Generare incorporamenti di testo utilizzando la funzione ML.GENERATE_YOURDING

Questo documento mostra come creare un modello BigQuery ML modello remoto che fa riferimento a un incorporamento di Vertex AI . Poi lo userai con Funzione ML.GENERATE_EMBEDDING per creare incorporamenti di testo utilizzando i dati di una tabella standard.

Ruoli obbligatori

  • Per creare una connessione, devi disporre di quanto segue Ruolo IAM (Identity and Access Management):

    • roles/bigquery.connectionAdmin
  • Per concedere le autorizzazioni all'account di servizio della connessione, è necessario il seguente autorizzazione:

    • resourcemanager.projects.setIamPolicy
  • Per creare il modello utilizzando BigQuery ML, sono necessarie le seguenti autorizzazioni IAM:

    • bigquery.jobs.create
    • bigquery.models.create
    • bigquery.models.getData
    • bigquery.models.updateData
    • bigquery.models.updateMetadata
  • Per eseguire l'inferenza, devi disporre delle seguenti autorizzazioni:

    • bigquery.tables.getData in tavola
    • bigquery.models.getData sul modello
    • bigquery.jobs.create

Prima di iniziare

  1. In the Google Cloud console, on the project selector page, select or create a Google Cloud project.

    Go to project selector

  2. Make sure that billing is enabled for your Google Cloud project.

  3. Enable the BigQuery, BigQuery Connection, and Vertex AI APIs.

    Enable the APIs

Crea un set di dati

Crea un set di dati BigQuery per archiviare il tuo modello ML:

  1. Nella console Google Cloud, vai alla pagina BigQuery.

    Vai alla pagina BigQuery

  2. Nel riquadro Explorer, fai clic sul nome del tuo progetto.

  3. Fai clic su Visualizza azioni > Crea set di dati.

    Crea il set di dati.

  4. Nella pagina Crea set di dati:

    • In ID set di dati, inserisci bqml_tutorial.

    • Per Tipo di località, seleziona Più regioni e poi Stati Uniti (più regioni negli Stati Uniti).

      I set di dati pubblici sono archiviati nella US multiregione.

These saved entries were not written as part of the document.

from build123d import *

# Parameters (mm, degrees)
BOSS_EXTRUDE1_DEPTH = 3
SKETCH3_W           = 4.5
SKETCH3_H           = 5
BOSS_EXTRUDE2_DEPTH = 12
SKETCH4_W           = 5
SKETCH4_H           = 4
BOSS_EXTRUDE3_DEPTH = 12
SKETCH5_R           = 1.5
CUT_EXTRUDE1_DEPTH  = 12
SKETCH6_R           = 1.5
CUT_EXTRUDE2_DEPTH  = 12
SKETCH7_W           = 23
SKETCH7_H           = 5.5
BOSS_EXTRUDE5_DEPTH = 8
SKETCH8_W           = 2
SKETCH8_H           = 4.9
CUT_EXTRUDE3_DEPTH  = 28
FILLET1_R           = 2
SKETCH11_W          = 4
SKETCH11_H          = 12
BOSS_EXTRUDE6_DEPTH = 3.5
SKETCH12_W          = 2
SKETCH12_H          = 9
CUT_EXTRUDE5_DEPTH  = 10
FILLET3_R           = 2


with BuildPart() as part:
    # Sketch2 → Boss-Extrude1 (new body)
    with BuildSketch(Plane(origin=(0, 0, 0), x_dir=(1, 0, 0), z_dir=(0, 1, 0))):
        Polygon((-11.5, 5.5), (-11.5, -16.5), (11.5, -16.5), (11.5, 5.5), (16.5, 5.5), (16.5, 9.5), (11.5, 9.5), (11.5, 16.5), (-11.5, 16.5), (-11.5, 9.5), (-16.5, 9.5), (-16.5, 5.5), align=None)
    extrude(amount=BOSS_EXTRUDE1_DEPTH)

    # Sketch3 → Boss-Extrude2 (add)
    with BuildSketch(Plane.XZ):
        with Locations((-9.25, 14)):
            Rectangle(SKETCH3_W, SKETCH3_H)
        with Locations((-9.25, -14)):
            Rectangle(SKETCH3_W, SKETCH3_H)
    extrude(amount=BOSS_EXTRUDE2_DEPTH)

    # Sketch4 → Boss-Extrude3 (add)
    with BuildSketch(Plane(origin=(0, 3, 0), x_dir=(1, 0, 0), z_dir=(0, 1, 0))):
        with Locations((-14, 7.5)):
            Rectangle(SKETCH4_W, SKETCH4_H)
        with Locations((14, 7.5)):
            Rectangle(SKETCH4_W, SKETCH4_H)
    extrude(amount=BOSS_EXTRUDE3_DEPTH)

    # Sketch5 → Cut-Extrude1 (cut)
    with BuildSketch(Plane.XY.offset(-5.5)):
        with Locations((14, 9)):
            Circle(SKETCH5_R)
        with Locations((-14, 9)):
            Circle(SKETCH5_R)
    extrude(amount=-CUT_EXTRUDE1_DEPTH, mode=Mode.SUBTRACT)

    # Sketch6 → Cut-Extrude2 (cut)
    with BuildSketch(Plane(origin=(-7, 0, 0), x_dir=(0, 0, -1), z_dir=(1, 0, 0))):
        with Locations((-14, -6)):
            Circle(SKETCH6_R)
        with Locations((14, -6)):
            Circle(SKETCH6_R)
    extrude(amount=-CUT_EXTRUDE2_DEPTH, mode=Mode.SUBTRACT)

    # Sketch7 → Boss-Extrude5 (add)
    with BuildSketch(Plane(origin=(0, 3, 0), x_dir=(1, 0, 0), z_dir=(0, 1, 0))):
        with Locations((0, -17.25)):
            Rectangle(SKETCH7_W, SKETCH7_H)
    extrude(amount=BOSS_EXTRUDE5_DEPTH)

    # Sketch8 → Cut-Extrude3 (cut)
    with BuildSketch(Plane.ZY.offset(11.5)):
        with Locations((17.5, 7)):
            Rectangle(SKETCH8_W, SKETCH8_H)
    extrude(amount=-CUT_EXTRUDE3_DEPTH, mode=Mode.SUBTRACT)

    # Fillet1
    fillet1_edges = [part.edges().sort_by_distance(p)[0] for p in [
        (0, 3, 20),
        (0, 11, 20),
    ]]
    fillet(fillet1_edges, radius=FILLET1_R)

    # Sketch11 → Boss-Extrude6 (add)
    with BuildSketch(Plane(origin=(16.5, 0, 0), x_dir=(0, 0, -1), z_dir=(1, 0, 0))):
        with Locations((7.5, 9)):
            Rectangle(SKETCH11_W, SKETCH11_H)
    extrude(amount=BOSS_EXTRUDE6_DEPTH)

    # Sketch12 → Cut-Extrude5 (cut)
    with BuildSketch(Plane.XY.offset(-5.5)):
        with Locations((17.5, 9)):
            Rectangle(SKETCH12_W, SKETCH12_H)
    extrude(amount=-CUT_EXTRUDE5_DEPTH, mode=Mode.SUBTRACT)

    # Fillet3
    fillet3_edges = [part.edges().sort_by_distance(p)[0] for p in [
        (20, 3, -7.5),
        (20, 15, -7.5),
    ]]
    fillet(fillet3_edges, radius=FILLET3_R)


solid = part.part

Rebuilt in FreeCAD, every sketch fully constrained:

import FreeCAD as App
import Part
import Sketcher
from FreeCAD import Vector


def edges_at(feature, points):
    """Names of the edges that pass closest to the given points."""
    edges = feature.Shape.Edges
    near = lambda p: min(range(len(edges)), key=lambda i: edges[i].distToShape(Part.Vertex(*p))[0])
    return sorted({f"Edge{near(p) + 1}" for p in points})


def add_polygon(sketch, points):
    """Adds a closed chain of lines whose ends are joined by coincident constraints."""
    first, n = sketch.GeometryCount, len(points)
    for a, b in zip(points, points[1:] + points[:1]):
        sketch.addGeometry(Part.LineSegment(App.Vector(*a, 0), App.Vector(*b, 0)), False)
    for i in range(n):
        sketch.addConstraint(Sketcher.Constraint("Coincident", first + i, 2, first + (i + 1) % n, 1))

doc = App.newDocument("Part")
params = doc.addObject("Spreadsheet::Sheet", "Params")
for row, (alias, value) in enumerate([
    ("sketch1_width", "23 mm"),
    ("sketch1_width2", "5 mm"),
    ("sketch1_height", "22 mm"),
    ("sketch1_height2", "4 mm"),
    ("sketch1_height3", "7 mm"),
    ("pad1_length", "3 mm"),
    ("sketch2_height", "5 mm"),
    ("sketch2_width", "4.5 mm"),
    ("pad2_length", "12 mm"),
    ("sketch3_width", "5 mm"),
    ("sketch3_height", "4 mm"),
    ("pad3_length", "12 mm"),
    ("sketch4_diameter", "3 mm"),
    ("pocket1_length", "12 mm"),
    ("sketch5_diameter", "3 mm"),
    ("pocket2_length", "12 mm"),
    ("sketch6_width", "23 mm"),
    ("sketch6_height", "5.5 mm"),
    ("pad4_length", "8 mm"),
    ("sketch7_height", "2 mm"),
    ("sketch7_width", "4.9 mm"),
    ("pocket3_length", "28 mm"),
    ("fillet_radius", "2 mm"),
    ("sketch8_width", "12 mm"),
    ("sketch8_height", "4 mm"),
    ("pad5_length", "3.5 mm"),
    ("sketch9_width", "2 mm"),
    ("sketch9_height", "9 mm"),
    ("pocket4_length", "10 mm"),
    ("fillet2_radius", "2 mm"),
], start=1):
    params.set(f"A{row}", alias)
    params.set(f"B{row}", "=" + value)
    params.setAlias(f"B{row}", alias)

body = doc.addObject("PartDesign::Body", "Body")

# Sketch on XZ plane
sketch1 = body.newObject("Sketcher::SketchObject", "Sketch")
sketch1.AttachmentSupport = (doc.getObject("XZ_Plane"), [""])
sketch1.MapMode = "FlatFace"
add_polygon(sketch1, [(-11.5, -5.5), (-11.5, 16.5), (11.5, 16.5), (11.5, -5.5), (16.5, -5.5), (16.5, -9.5), (11.5, -9.5), (11.5, -16.5), (-11.5, -16.5), (-11.5, -9.5), (-16.5, -9.5), (-16.5, -5.5)])  # lines 0-11
sketch1.addConstraint(Sketcher.Constraint("Vertical", 0))
sketch1.addConstraint(Sketcher.Constraint("Horizontal", 1))
sketch1.addConstraint(Sketcher.Constraint("Vertical", 2))
sketch1.addConstraint(Sketcher.Constraint("Horizontal", 3))
sketch1.addConstraint(Sketcher.Constraint("Vertical", 4))
sketch1.addConstraint(Sketcher.Constraint("Horizontal", 5))
sketch1.addConstraint(Sketcher.Constraint("Vertical", 6))
sketch1.addConstraint(Sketcher.Constraint("Horizontal", 7))
sketch1.addConstraint(Sketcher.Constraint("Vertical", 8))
sketch1.addConstraint(Sketcher.Constraint("Horizontal", 9))
sketch1.addConstraint(Sketcher.Constraint("Vertical", 10))
sketch1.addConstraint(Sketcher.Constraint("Horizontal", 11))
sketch1.addConstraint(Sketcher.Constraint("Symmetric", 0, 2, 6, 2, -1, 1))
sketch1.addConstraint(Sketcher.Constraint("Symmetric", 5, 2, 8, 2, -2))
sketch1.addConstraint(Sketcher.Constraint("Symmetric", 3, 2, 10, 2, -2))
sketch1.addConstraint(Sketcher.Constraint("Vertical", 2, 2, 5, 2))
sketch1.addConstraint(Sketcher.Constraint("DistanceX", 1, 1, 1, 2, 23.0))
sketch1.addConstraint(Sketcher.Constraint("DistanceX", 3, 1, 3, 2, 5.0))
sketch1.addConstraint(Sketcher.Constraint("DistanceY", 0, 1, 0, 2, 22.0))
sketch1.addConstraint(Sketcher.Constraint("DistanceY", 4, 2, 4, 1, 4.0))
sketch1.addConstraint(Sketcher.Constraint("DistanceY", 6, 2, 6, 1, 7.0))
sketch1.setExpression("Constraints[28]", "Params.sketch1_width")
sketch1.setExpression("Constraints[29]", "Params.sketch1_width2")
sketch1.setExpression("Constraints[30]", "Params.sketch1_height")
sketch1.setExpression("Constraints[31]", "Params.sketch1_height2")
sketch1.setExpression("Constraints[32]", "Params.sketch1_height3")
pad1 = body.newObject("PartDesign::Pad", "Pad")
pad1.Profile = sketch1
pad1.setExpression("Length", "Params.pad1_length")
pad1.Reversed = True
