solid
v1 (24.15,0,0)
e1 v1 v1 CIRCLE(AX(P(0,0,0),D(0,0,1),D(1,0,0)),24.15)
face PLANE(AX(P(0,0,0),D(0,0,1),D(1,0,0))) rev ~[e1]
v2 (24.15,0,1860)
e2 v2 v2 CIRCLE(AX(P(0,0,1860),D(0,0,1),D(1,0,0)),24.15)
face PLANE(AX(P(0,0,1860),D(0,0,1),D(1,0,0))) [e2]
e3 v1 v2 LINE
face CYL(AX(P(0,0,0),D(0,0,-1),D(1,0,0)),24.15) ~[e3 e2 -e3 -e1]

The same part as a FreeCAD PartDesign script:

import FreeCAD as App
import Part
import Sketcher
from FreeCAD import Vector

doc = App.newDocument("Part")
body = doc.addObject("PartDesign::Body", "Body")

sketch1 = body.newObject("Sketcher::SketchObject", "Sketch")
sketch1.AttachmentSupport = (doc.getObject("XY_Plane"), [""])
sketch1.MapMode = "FlatFace"
sketch1.addGeometry(Part.Circle(Vector(0, 0, 0), Vector(0, 0, 1), 24), False)
sketch1.addConstraint([
    Sketcher.Constraint("Coincident", 0, 3, -1, 1),
    Sketcher.Constraint("Diameter", 0, 48.3),
])
pad1 = body.newObject("PartDesign::Pad", "Pad")
pad1.Profile = sketch1
pad1.Length = 1860

doc.recompute()
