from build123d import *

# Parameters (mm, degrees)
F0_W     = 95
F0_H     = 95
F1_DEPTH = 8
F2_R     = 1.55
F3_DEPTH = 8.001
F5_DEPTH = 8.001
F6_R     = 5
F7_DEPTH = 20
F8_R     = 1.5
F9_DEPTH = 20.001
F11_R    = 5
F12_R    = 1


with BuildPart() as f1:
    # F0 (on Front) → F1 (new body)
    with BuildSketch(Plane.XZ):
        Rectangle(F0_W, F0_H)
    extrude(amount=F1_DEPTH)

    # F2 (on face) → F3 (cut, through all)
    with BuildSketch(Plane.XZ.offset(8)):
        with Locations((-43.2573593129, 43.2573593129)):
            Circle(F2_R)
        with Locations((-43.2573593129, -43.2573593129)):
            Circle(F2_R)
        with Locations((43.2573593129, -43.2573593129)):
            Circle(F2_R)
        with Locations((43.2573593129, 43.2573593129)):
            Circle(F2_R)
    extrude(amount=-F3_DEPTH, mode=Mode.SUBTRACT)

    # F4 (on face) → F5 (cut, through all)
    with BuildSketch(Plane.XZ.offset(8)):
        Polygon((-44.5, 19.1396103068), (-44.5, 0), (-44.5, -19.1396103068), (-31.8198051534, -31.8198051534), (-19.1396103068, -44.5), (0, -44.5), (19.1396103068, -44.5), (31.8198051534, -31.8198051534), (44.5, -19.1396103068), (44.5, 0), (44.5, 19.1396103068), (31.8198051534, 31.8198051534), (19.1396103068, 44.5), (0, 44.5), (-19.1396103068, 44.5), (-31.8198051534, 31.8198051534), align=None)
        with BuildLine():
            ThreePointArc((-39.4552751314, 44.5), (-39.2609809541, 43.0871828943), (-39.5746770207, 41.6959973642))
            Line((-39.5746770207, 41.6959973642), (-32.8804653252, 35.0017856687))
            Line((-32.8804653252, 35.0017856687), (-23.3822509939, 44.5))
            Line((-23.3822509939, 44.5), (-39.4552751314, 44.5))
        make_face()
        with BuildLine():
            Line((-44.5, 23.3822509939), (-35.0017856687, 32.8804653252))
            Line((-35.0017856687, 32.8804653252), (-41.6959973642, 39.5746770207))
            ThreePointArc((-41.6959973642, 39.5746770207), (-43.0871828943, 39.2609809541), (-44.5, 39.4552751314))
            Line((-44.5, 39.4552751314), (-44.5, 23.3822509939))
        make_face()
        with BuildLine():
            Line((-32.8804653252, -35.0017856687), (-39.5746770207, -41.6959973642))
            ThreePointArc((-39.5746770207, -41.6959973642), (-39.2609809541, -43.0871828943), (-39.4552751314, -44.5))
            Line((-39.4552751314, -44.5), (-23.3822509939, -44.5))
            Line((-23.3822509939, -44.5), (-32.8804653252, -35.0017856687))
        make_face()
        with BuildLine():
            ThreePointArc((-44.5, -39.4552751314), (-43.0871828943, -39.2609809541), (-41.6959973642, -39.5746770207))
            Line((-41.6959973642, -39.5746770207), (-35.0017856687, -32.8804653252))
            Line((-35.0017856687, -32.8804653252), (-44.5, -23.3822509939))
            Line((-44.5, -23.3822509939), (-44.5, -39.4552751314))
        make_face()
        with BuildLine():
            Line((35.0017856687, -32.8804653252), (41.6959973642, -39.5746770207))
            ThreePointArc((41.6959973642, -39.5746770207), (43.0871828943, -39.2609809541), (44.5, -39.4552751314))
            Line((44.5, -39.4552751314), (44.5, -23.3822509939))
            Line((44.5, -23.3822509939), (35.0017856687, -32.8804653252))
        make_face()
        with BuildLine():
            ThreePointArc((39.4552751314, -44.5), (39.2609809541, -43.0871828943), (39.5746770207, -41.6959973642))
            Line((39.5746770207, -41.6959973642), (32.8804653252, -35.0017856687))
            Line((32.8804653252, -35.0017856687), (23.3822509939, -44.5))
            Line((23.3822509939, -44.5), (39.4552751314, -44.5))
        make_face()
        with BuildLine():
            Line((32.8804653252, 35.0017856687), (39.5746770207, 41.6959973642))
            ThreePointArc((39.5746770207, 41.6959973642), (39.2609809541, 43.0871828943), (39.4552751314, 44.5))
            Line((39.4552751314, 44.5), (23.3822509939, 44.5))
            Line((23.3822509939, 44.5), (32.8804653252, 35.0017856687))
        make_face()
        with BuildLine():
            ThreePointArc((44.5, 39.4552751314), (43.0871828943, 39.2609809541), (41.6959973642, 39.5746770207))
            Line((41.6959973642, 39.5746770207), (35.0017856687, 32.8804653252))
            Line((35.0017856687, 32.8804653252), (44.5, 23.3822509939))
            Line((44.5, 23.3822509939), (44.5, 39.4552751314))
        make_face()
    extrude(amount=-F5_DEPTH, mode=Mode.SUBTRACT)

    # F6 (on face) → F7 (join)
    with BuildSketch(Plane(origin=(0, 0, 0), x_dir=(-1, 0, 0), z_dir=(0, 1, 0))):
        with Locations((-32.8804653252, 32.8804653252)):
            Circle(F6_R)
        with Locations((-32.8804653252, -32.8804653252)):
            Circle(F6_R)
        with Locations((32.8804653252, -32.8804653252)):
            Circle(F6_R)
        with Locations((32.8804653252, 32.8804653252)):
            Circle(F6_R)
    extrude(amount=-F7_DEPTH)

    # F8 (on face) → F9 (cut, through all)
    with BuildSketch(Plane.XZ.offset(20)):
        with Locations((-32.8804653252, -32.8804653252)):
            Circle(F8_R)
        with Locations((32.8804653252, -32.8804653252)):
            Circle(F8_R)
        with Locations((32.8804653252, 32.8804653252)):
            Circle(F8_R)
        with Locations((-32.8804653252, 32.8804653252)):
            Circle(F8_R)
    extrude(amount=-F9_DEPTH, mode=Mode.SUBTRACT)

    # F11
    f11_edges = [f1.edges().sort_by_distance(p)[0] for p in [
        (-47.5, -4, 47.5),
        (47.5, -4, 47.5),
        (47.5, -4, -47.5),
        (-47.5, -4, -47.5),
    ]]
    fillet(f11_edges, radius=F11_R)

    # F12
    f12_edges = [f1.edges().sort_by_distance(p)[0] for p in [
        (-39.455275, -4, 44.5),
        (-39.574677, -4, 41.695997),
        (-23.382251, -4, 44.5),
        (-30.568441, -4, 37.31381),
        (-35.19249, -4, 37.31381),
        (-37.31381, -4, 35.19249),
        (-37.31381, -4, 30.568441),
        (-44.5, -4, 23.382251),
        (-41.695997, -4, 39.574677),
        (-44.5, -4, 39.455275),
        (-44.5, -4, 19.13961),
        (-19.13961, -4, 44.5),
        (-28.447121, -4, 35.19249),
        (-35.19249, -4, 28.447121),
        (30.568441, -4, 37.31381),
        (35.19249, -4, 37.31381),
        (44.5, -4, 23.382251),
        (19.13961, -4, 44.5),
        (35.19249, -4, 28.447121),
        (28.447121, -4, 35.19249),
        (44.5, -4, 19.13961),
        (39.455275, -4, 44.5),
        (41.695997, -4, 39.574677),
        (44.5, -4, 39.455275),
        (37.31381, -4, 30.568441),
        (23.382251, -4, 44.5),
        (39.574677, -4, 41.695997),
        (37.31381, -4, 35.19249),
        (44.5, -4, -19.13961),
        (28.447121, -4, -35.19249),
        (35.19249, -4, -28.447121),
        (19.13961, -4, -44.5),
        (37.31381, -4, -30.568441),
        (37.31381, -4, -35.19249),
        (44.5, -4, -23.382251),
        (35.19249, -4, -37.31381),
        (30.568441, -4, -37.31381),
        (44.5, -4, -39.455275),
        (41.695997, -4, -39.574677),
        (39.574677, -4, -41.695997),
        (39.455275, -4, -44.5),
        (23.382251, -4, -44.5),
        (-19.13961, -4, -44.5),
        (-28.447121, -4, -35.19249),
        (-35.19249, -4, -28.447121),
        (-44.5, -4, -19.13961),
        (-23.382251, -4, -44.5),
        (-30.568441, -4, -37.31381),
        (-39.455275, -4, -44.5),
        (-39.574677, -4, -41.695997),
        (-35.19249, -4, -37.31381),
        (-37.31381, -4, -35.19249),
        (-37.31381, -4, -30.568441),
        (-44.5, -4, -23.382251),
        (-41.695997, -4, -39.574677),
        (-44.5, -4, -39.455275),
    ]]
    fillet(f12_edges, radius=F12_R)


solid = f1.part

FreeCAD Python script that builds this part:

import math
import FreeCAD as App
import Part
import Sketcher

V = App.Vector
Q = App.Units.Quantity


def edges_at(feature, points):
    """Names of the edges that pass closest to the given points."""
    edges = feature.Shape.Edges
    near = lambda p: min(range(len(edges)), key=lambda i: edges[i].distToShape(Part.Vertex(*p))[0])
    return sorted({f"Edge{near(p) + 1}" for p in points})

doc = App.newDocument("Part")
body = doc.addObject("PartDesign::Body", "Body")

# Sketch on XZ plane
sketch1 = doc.addObject("Sketcher::SketchObject", "Sketch")
body.addObject(sketch1)
sketch1.AttachmentSupport = (doc.XZ_Plane, [""])
sketch1.MapMode = "FlatFace"
sketch1.addGeometry(Part.LineSegment(V(-48, 48, 0), V(-48, -48, 0)), False)
sketch1.addGeometry(Part.LineSegment(V(-48, -48, 0), V(48, -48, 0)), False)
sketch1.addGeometry(Part.LineSegment(V(48, -48, 0), V(48, 48, 0)), False)
sketch1.addGeometry(Part.LineSegment(V(48, 48, 0), V(-48, 48, 0)), False)
sketch1.addConstraint(Sketcher.Constraint("Coincident", 0, 2, 1, 1))
sketch1.addConstraint(Sketcher.Constraint("Coincident", 1, 2, 2, 1))
sketch1.addConstraint(Sketcher.Constraint("Coincident", 2, 2, 3, 1))
sketch1.addConstraint(Sketcher.Constraint("Coincident", 3, 2, 0, 1))
sketch1.addConstraint(Sketcher.Constraint("Vertical", 0))
sketch1.addConstraint(Sketcher.Constraint("Horizontal", 1))
sketch1.addConstraint(Sketcher.Constraint("Vertical", 2))
sketch1.addConstraint(Sketcher.Constraint("Horizontal", 3))
sketch1.addConstraint(Sketcher.Constraint("Symmetric", 0, 2, 2, 2, -1, 1))
sketch1.addConstraint(Sketcher.Constraint("Equal", 3, 0))
sketch1.addConstraint(Sketcher.Constraint("DistanceX", 1, 1, 1, 2, Q("95 mm")))
pad1 = doc.addObject("PartDesign::Pad", "Pad")
body.addObject(pad1)
pad1.Profile = sketch1
pad1.Length = 8

# Sketch on XZ plane
sketch2 = doc.addObject("Sketcher::SketchObject", "Sketch001")
body.addObject(sketch2)
sketch2.AttachmentSupport = (doc.XZ_Plane, [""])
sketch2.MapMode = "FlatFace"
sketch2.AttachmentOffset = App.Placement(V(0, 0, 8), App.Rotation())
sketch2.addGeometry(Part.Circle(V(-43.3, 43.3, 0), V(0, 0, 1), 1.6), False)
sketch2.addGeometry(Part.Circle(V(-43.3, -43.3, 0), V(0, 0, 1), 1.6), False)
sketch2.addGeometry(Part.Circle(V(43.3, -43.3, 0), V(0, 0, 1), 1.6), False)
sketch2.addGeometry(Part.Circle(V(43.3, 43.3, 0), V(0, 0, 1), 1.6), False)
sketch2.addConstraint(Sketcher.Constraint("Equal", 0, 1))
sketch2.addConstraint(Sketcher.Constraint("Equal", 1, 2))
sketch2.addConstraint(Sketcher.Constraint("Equal", 2, 3))
sketch2.addConstraint(Sketcher.Constraint("Symmetric", 0, 3, 2, 3, -1, 1))
sketch2.addConstraint(Sketcher.Constraint("Symmetric", 1, 3, 3, 3, -1, 1))
sketch2.addConstraint(Sketcher.Constraint("Symmetric", 1, 3, 2, 3, -2))
sketch2.addConstraint(Sketcher.Constraint("Diameter", 0, Q("3.1 mm")))
sketch2.addConstraint(Sketcher.Constraint("DistanceX", 0, 3, -1, 1, Q("43.257359 mm")))
sketch2.addConstraint(Sketcher.Constraint("DistanceY", -1, 1, 0, 3, Q("43.257359 mm")))
pocket1 = doc.addObject("PartDesign::Pocket", "Pocket")
body.addObject(pocket1)
pocket1.Profile = sketch2
pocket1.Type = "ThroughAll"

# Sketch on XZ plane
sketch3 = doc.addObject("Sketcher::SketchObject", "Sketch002")
body.addObject(sketch3)
sketch3.AttachmentSupport = (doc.XZ_Plane, [""])
sketch3.MapMode = "FlatFace"
sketch3.AttachmentOffset = App.Placement(V(0, 0, 8), App.Rotation())
sketch3.addGeometry(Part.LineSegment(V(-44.5, 19.1, 0), V(-44.5, -19.1, 0)), False)
sketch3.addGeometry(Part.LineSegment(V(-44.5, -19.1, 0), V(-19.1, -44.5, 0)), False)
sketch3.addGeometry(Part.LineSegment(V(-19.1, -44.5, 0), V(19.1, -44.5, 0)), False)
sketch3.addGeometry(Part.LineSegment(V(19.1, -44.5, 0), V(44.5, -19.1, 0)), False)
sketch3.addGeometry(Part.LineSegment(V(44.5, -19.1, 0), V(44.5, 19.1, 0)), False)
sketch3.addGeometry(Part.LineSegment(V(44.5, 19.1, 0), V(19.1, 44.5, 0)), False)
sketch3.addGeometry(Part.LineSegment(V(19.1, 44.5, 0), V(-19.1, 44.5, 0)), False)
sketch3.addGeometry(Part.LineSegment(V(-19.1, 44.5, 0), V(-44.5, 19.1, 0)), False)
sketch3.addGeometry(Part.ArcOfCircle(Part.Circle(V(-43.3, 43.3, 0), V(0, 0, 1), 4), math.radians(-23), math.radians(18)), False)
sketch3.addGeometry(Part.LineSegment(V(-39.6, 41.7, 0), V(-32.9, 35, 0)), False)
sketch3.addGeometry(Part.LineSegment(V(-32.9, 35, 0), V(-23.4, 44.5, 0)), False)
sketch3.addGeometry(Part.LineSegment(V(-23.4, 44.5, 0), V(-39.5, 44.5, 0)), False)
sketch3.addGeometry(Part.LineSegment(V(-44.5, 23.4, 0), V(-35, 32.9, 0)), False)
sketch3.addGeometry(Part.LineSegment(V(-35, 32.9, 0), V(-41.7, 39.6, 0)), False)
sketch3.addGeometry(Part.ArcOfCircle(Part.Circle(V(-43.3, 43.3, 0), V(0, 0, 1), 4), math.radians(-108), math.radians(-67)), False)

Per semplicità, per archiviare il set di dati nella stessa posizione.

    • Lascia invariate le restanti impostazioni predefinite e fai clic su Crea il set di dati.

      Pagina Crea set di dati.

Crea una connessione

Crea un Connessione alle risorse cloud e recuperare l'account di servizio della connessione. Crea la connessione in nella stessa località del set di dati che hai creato passaggio precedente.

Seleziona una delle seguenti opzioni:

Console

  1. Vai alla pagina BigQuery.

    Vai a BigQuery

  2. Per creare una connessione, fai clic su Aggiungi e poi fai clic su Connessioni a origini dati esterne.

  3. Nell'elenco Tipo di connessione, seleziona Modelli remoti Vertex AI, funzioni remote e BigLake (risorsa Cloud).

  4. Nel campo ID connessione, inserisci un nome per connessione.

  5. Fai clic su Crea connessione.

  6. Fai clic su Vai alla connessione.

  7. Nel riquadro Informazioni sulla connessione, copia l'ID account di servizio da utilizzare in una passaggio successivo.

bq

  1. In un ambiente a riga di comando, crea una connessione:

    bq mk --connection --location=REGION --project_id=PROJECT_ID \
        --connection_type=CLOUD_RESOURCE CONNECTION_ID

    Il parametro --project_id sostituisce il progetto predefinito.

    Sostituisci quanto segue:

    • REGION: la regione di connessione
    • PROJECT_ID: l'ID del tuo progetto Google Cloud
    • CONNECTION_ID: un ID per connessione

    Quando crei una risorsa di connessione, BigQuery crea di account di servizio di sistema univoco e lo associa alla connessione.

    Risoluzione dei problemi: se ricevi il seguente errore di connessione, Aggiorna Google Cloud SDK:

    Flags parsing error: flag --connection_type=CLOUD_RESOURCE: value should be one of...
    
  2. Recupera e copia l'ID account di servizio per utilizzarlo in un passaggio successivo:

    bq show --connection PROJECT_ID.REGION.CONNECTION_ID

    L'output è simile al seguente:

    name                          properties
    1234.REGION.CONNECTION_ID     {"serviceAccountId": "connection-1234-9u56h9@gcp-sa-bigquery-condel.iam.gserviceaccount.com"}
    

Terraform

Aggiungi la seguente sezione al tuo file main.tf.

 ## This creates a cloud resource connection.
 ## Note: The cloud resource nested object has only one output only field - serviceAccountId.
 resource "google_bigquery_connection" "connection" {
    connection_id = "CONNECTION_ID"
    project = "PROJECT_ID"
    location = "REGION"
    cloud_resource {}
}        
Sostituisci quanto segue:

  • CONNECTION_ID: un ID per la connessione
  • PROJECT_ID: l'ID del tuo progetto Google Cloud
  • REGION: la regione di connessione

Concedi all'account di servizio l'accesso

Concedi all'account di servizio della connessione il ruolo Vertex AI User.

Se prevedi di specificare l'endpoint come URL quando crei il modello remoto, ad esempio endpoint = 'https://us-central1-aiplatform.googleapis.com/v1/projects/myproject/locations/us-central1/publishers/google/models/text-embedding-004', concedi questo ruolo nello stesso progetto specificato nell'URL.

Se prevedi di specificare l'endpoint utilizzando il nome del modello quando crei il modello remoto, ad esempio endpoint = 'text-embedding-004', concedi questo ruolo nello stesso progetto in cui prevedi di creare il modello remoto.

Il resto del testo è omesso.